The first digital NCER-PD consortium meeting

The first digital NCER-PD consortium meeting

On Thursday, 20 May 2021, the first digital consortium meeting of the National Centre of Excellence in Research on Parkinson’s disease (NCER-PD) took place to discuss about the plans and progress of the research programme. More than 100 national and international partners, including researchers from the University of Luxembourg, the Luxembourg Institute of Health, the Luxembourg Health Directorate, the University of Cambridge, Mount Sinai School of Medicine and Yale University, gave talks on their most recent findings in the field of Parkinson’s disease. The topics ranged from clinical and molecular research results to advanced therapies and translational medicine.

“Despite the pandemic, we have come a long way already to reach our goals of the second NCER-PD phase. Young researchers from Luxembourg presented their results from fundamental and clinical research and this was highly recognised internationally,” said Prof. Rejko Krüger, coordinator of the programme. “By now, NCER-PD is partnering with research institutes and organisations around the world and sharing samples and data with over 14 projects worldwide. These collaborations are crucial in order to improve early diagnosis and treatment of Parkinson’s disease.”
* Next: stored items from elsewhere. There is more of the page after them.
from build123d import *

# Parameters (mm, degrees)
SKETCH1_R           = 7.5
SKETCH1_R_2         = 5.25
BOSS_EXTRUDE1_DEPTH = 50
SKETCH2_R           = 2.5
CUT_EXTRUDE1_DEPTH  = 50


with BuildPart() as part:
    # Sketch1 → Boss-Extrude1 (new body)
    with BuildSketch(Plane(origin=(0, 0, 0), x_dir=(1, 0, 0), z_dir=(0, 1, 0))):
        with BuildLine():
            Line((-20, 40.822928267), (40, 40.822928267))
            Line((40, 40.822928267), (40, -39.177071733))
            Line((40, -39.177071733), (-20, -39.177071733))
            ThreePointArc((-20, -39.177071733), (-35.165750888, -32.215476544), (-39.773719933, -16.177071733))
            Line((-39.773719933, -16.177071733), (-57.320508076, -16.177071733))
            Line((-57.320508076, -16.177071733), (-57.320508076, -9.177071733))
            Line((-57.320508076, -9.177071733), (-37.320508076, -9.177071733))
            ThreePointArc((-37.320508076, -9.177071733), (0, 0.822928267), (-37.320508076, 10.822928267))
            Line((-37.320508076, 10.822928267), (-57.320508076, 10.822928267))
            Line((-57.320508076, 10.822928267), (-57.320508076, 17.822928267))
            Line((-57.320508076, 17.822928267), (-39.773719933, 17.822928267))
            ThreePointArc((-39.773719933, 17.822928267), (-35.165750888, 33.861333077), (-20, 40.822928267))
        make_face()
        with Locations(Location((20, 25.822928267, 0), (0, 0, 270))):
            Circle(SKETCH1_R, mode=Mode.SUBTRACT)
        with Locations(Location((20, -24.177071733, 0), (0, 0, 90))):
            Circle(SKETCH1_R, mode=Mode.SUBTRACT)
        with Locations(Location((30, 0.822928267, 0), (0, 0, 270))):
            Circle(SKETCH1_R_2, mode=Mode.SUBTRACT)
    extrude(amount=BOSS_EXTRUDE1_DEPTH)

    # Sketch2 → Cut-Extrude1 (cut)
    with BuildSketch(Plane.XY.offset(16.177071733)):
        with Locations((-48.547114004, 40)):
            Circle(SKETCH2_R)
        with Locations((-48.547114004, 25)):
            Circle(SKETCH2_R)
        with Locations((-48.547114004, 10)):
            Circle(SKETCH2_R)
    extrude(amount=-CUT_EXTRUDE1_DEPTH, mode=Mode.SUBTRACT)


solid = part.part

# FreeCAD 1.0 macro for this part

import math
import FreeCAD as App
import Part
import Sketcher

V = App.Vector

doc = App.newDocument("Part")
params = doc.addObject("Spreadsheet::Sheet", "Params")
for row, (alias, value) in enumerate([
    ("sketch1_diameter", "15 mm"),
    ("sketch1_radius", "20 mm"),
    ("sketch1_diameter2", "10.5 mm"),
    ("sketch1_width", "60 mm"),
    ("sketch1_width2", "20 mm"),
    ("pad1_length", "50 mm"),
    ("sketch2_diameter", "5 mm"),
    ("pocket1_length", "50 mm"),
], start=1):
    params.set(f"A{row}", alias)
    params.set(f"B{row}", "=" + value)
    params.setAlias(f"B{row}", alias)

body = doc.addObject("PartDesign::Body", "Body")

# Sketch on XZ plane
sketch1 = doc.addObject("Sketcher::SketchObject", "Sketch")
body.addObject(sketch1)
sketch1.AttachmentSupport = (doc.XZ_Plane, [""])
sketch1.MapMode = "FlatFace"
sketch1.addGeometry(Part.LineSegment(V(40, -41, 0), V(-20, -41, 0)), False)
sketch1.addGeometry(Part.ArcOfCircle(Part.Circle(V(-20, -21, 0), V(0, 0, 1), 20), math.radians(171), math.radians(270)), False)
sketch1.addGeometry(Part.LineSegment(V(-40, -18, 0), V(-57, -18, 0)), False)
sketch1.addGeometry(Part.LineSegment(V(-57, -18, 0), V(-57, -11, 0)), False)
sketch1.addGeometry(Part.LineSegment(V(-57, -11, 0), V(-37, -11, 0)), False)
sketch1.addGeometry(Part.ArcOfCircle(Part.Circle(V(-20, -1, 0), V(0, 0, 1), 20), math.radians(-150), math.radians(150)), False)
sketch1.addGeometry(Part.LineSegment(V(-37, 9, 0), V(-57, 9, 0)), False)
sketch1.addGeometry(Part.LineSegment(V(-57, 9, 0), V(-57, 16, 0)), False)
sketch1.addGeometry(Part.LineSegment(V(-57, 16, 0), V(-40, 16, 0)), False)
sketch1.addGeometry(Part.ArcOfCircle(Part.Circle(V(-20, 19, 0), V(0, 0, 1), 20), math.radians(90), math.radians(189)), False)
sketch1.addGeometry(Part.LineSegment(V(-20, 39, 0), V(40, 39, 0)), False)
sketch1.addGeometry(Part.LineSegment(V(40, 39, 0), V(40, -41, 0)), False)
sketch1.addGeometry(Part.Circle(V(20, 24, 0), V(0, 0, 1), 8), False)
sketch1.addGeometry(Part.Circle(V(30, -1, 0), V(0, 0, 1), 5), False)
sketch1.addGeometry(Part.Circle(V(20, -26, 0), V(0, 0, 1), 8), False)
sketch1.addConstraint(Sketcher.Constraint("Tangent", 0, 2, 1, 2))
sketch1.addConstraint(Sketcher.Constraint("Coincident", 1, 1, 2, 1))
sketch1.addConstraint(Sketcher.Constraint("Coincident", 2, 2, 3, 1))
sketch1.addConstraint(Sketcher.Constraint("Coincident", 3, 2, 4, 1))
sketch1.addConstraint(Sketcher.Constraint("Coincident", 4, 2, 5, 1))
sketch1.addConstraint(Sketcher.Constraint("Coincident", 5, 2, 6, 1))
sketch1.addConstraint(Sketcher.Constraint("Coincident", 6, 2, 7, 1))
sketch1.addConstraint(Sketcher.Constraint("Coincident", 7, 2, 8, 1))
sketch1.addConstraint(Sketcher.Constraint("Coincident", 8, 2, 9, 2))
sketch1.addConstraint(Sketcher.Constraint("Tangent", 9, 1, 10, 1))
sketch1.addConstraint(Sketcher.Constraint("Coincident", 10, 2, 11, 1))
sketch1.addConstraint(Sketcher.Constraint("Coincident", 11, 2, 0, 1))
sketch1.addConstraint(Sketcher.Constraint("Horizontal", 0))
sketch1.addConstraint(Sketcher.Constraint("Horizontal", 2))
sketch1.addConstraint(Sketcher.Constraint("Vertical", 3))
sketch1.addConstraint(Sketcher.Constraint("Horizontal", 4))
sketch1.addConstraint(Sketcher.Constraint("Horizontal", 6))
sketch1.addConstraint(Sketcher.Constraint("Vertical", 7))
sketch1.addConstraint(Sketcher.Constraint("Horizontal", 8))
sketch1.addConstraint(Sketcher.Constraint("Horizontal", 10))
sketch1.addConstraint(Sketcher.Constraint("Vertical", 11))
sketch1.addConstraint(Sketcher.Constraint("Equal", 1, 5))
sketch1.addConstraint(Sketcher.Constraint("Equal", 5, 9))
sketch1.addConstraint(Sketcher.Constraint("Equal", 12, 14))
sketch1.addConstraint(Sketcher.Constraint("Horizontal", 5, 3, 13, 3))
sketch1.addConstraint(Sketcher.Constraint("Vertical", 1, 3, 5, 3))
sketch1.addConstraint(Sketcher.Constraint("Vertical", 5, 3, 9, 3))
sketch1.addConstraint(Sketcher.Constraint("Vertical", 12, 3, 14, 3))
sketch1.addConstraint(Sketcher.Constraint("Vertical", 4, 2, 5, 2))
sketch1.addConstraint(Sketcher.Constraint("Vertical", 3, 2, 6, 2))
sketch1.addConstraint(Sketcher.Constraint("Vertical", 1, 1, 8, 2))
sketch1.addConstraint(Sketcher.Constraint("Equal", 3, 7))
sketch1.addConstraint(Sketcher.Constraint("Diameter", 12, 15.0))
sketch1.addConstraint(Sketcher.Constraint("Radius", 1, 20.0))
sketch1.addConstraint(Sketcher.Constraint("Diameter", 13, 10.5))
sketch1.addConstraint(Sketcher.Constraint("DistanceX", 0, 2, 0, 1, 60.0))
sketch1.addConstraint(Sketcher.Constraint("DistanceX", 4, 1, 4, 2, 20.0))
sketch1.addConstraint(Sketcher.Constraint("DistanceY", 3, 1, 3, 2, 7.0))
sketch1.addConstraint(Sketcher.Constraint("DistanceY", 11, 2, 11, 1, 80.0))
sketch1.addConstraint(Sketcher.Constraint("DistanceX", 1, 3, -1, 1, 20.0))
sketch1.addConstraint(Sketcher.Constraint("DistanceX", -1, 1, 12, 3, 20.0))
sketch1.addConstraint(Sketcher.Constraint("DistanceX", -1, 1, 13, 3, 30.0))
sketch1.addConstraint(Sketcher.Constraint("DistanceY", 9, 3, 12, 3, 5.0))
sketch1.addConstraint(Sketcher.Constraint("DistanceY", 14, 3, 13, 3, 25.0))
sketch1.addConstraint(Sketcher.Constraint("DistanceY", 1, 3, 1, 1, 3.0))
sketch1.addConstraint(Sketcher.Constraint("DistanceY", 1, 3, -1, 1, 20.822928))
sketch1.setExpression("Constraints[32]", "Params.sketch1_diameter")
sketch1.setExpression("Constraints[33]", "Params.sketch1_radius")
sketch1.setExpression("Constraints[34]", "Params.sketch1_diameter2")
sketch1.setExpression("Constraints[35]", "Params.sketch1_width")
sketch1.setExpression("Constraints[36]", "Params.sketch1_width2")
pad1 = doc.addObject("PartDesign::Pad", "Pad")
body.addObject(pad1)
pad1.Profile = sketch1
pad1.setExpression("Length", "Params.pad1_length")
pad1.Reversed = True

# Sketch on XY plane
sketch2 = doc.addObject("Sketcher::SketchObject", "Sketch001")
body.addObject(sketch2)
sketch2.AttachmentSupport = (doc.XY_Plane, [""])
sketch2.MapMode = "FlatFace"
sketch2.AttachmentOffset = App.Placement(V(0, 0, 16.177072), App.Rotation())
sketch2.addGeometry(Part.Circle(V(-48.5, 40, 0), V(0, 0, 1), 2.5), False)
sketch2.addGeometry(Part.Circle(V(-48.5, 25, 0), V(0, 0, 1), 2.5), False)
sketch2.addGeometry(Part.Circle(V(-48.5, 10, 0), V(0, 0, 1), 2.5), False)
sketch2.addConstraint(Sketcher.Constraint("Equal", 0, 1))
sketch2.addConstraint(Sketcher.Constraint("Equal", 1, 2))
sketch2.addConstraint(Sketcher.Constraint("Vertical", 0, 3, 1, 3))
sketch2.addConstraint(Sketcher.Constraint("Vertical", 1, 3, 2, 3))
sketch2.addConstraint(Sketcher.Constraint("Diameter", 0, 5.0))
sketch2.addConstraint(Sketcher.Constraint("DistanceY", -1, 1, 0, 3, 40.0))
sketch2.addConstraint(Sketcher.Constraint("DistanceY", -1, 1, 1, 3, 25.0))
sketch2.addConstraint(Sketcher.Constraint("DistanceY", -1, 1, 2, 3, 10.0))
sketch2.addConstraint(Sketcher.Constraint("DistanceX", 0, 3, -1, 1, 48.547114))
sketch2.setExpression("Constraints[4]", "Params.sketch2_diameter")
pocket1 = doc.addObject("PartDesign::Pocket", "Pocket")
body.addObject(pocket1)
pocket1.Profile = sketch2
pocket1.setExpression("Length", "Params.pocket1_length")

doc.recompute()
The successful development of NCER-PD

Since its launch six years ago, in April 2015, the consortium of this first national centre of excellence funded by the FNR has come together five times already to discuss the successful implementation and steady progress. The aim of this 8-year programme is to identify new methods for the early diagnosis of Parkinson’s disease and the stratification of patients in subgroups. To achieve this, laboratory tests are combined with computational tools to analyse biological samples and data at the systems level. This means that no gene, protein or pathway will be looked at in isolation but rather as part of a network or of multiple networks.

After the first 4-year phase, the Luxembourg Parkinson’s Study reached its ambitious goal of 1600 participants - 800 patients and 800 controls - recruited in Luxembourg and the Greater Region. In December 2019, the project entered its second phase continuing on follow-up examinations of existing participants (yearly for patients and every four years for controls) and still inviting new inclusion of recently diagnosed patients.

Recently, two new cohorts were launched: the Luxembourg National Sleep Survey and the GBA-MRI Study.


The Luxembourg National Sleep Survey targets Luxembourg residents aged 55 to 75 years old, with the aims of:

  • better understanding the role of REM sleep behaviour disorders (RBD) in the early phases of neurodegenerative diseases, such as Parkinson’s disease.
  • determining for the first time how many people in Luxembourg are affected by this sleep disorder.
  • gaining insight into strategies for preventing neurodegenerative diseases.

“While participation in the online questionnaire is still possible until mid-June, more than 20,000 people have already actively supported our research on RBD,” said Rejko Krüger. “Here, I would like to express my heartfelt thanks for the continuous support of our participants, who enable us to reach our goals and now to also look into the earliest stages of Parkinson’s disease, even before motor symptoms arise.”

The aim of the GBA-MRI Study is to examine the genetic underpinnings of Parkinson's disease. More specifically, to define:

  • the consequences of mutations in the so called ‘GBA’ gene, the most common genetic cause of Parkinson’s disease, on the structure and function of the brain.
  • how one can differentiate between GBA mutation carriers with a risk of developing Parkinson’s disease and those who do not develop neurological symptoms.

The invitations to participate in this study are based on the systematic genetic profiling of all participants in the Luxembourg Parkinson’s study, according to the written consent for genetic analysis, which includes an examination of the GBA gene. “Thanks to our collaboration with the team of Prof. Bas Bloem from the Radboud Medical Centre in Nijmegen, The Netherlands - to which participants will travel for medical imaging exams together with our clinical research team - we have access to world-leading expertise in brain imaging research,” describes Prof. Rejko Krüger, highlighting the unique setup of this international collaborative study.

At the end of this first digital meeting, the principal investigators of the NCER-PD consortium met with the Scientific Advisory Board, composed of renown Parkinson’s researchers, Roger Barker (University of Cambridge, UK), Warren Olanow (Mount Sinai School of Medicine in New York City, USA) and Gerd Kempermann (Dresden University of Technology, Germany), to discuss and get expert advice on the direction for years to come.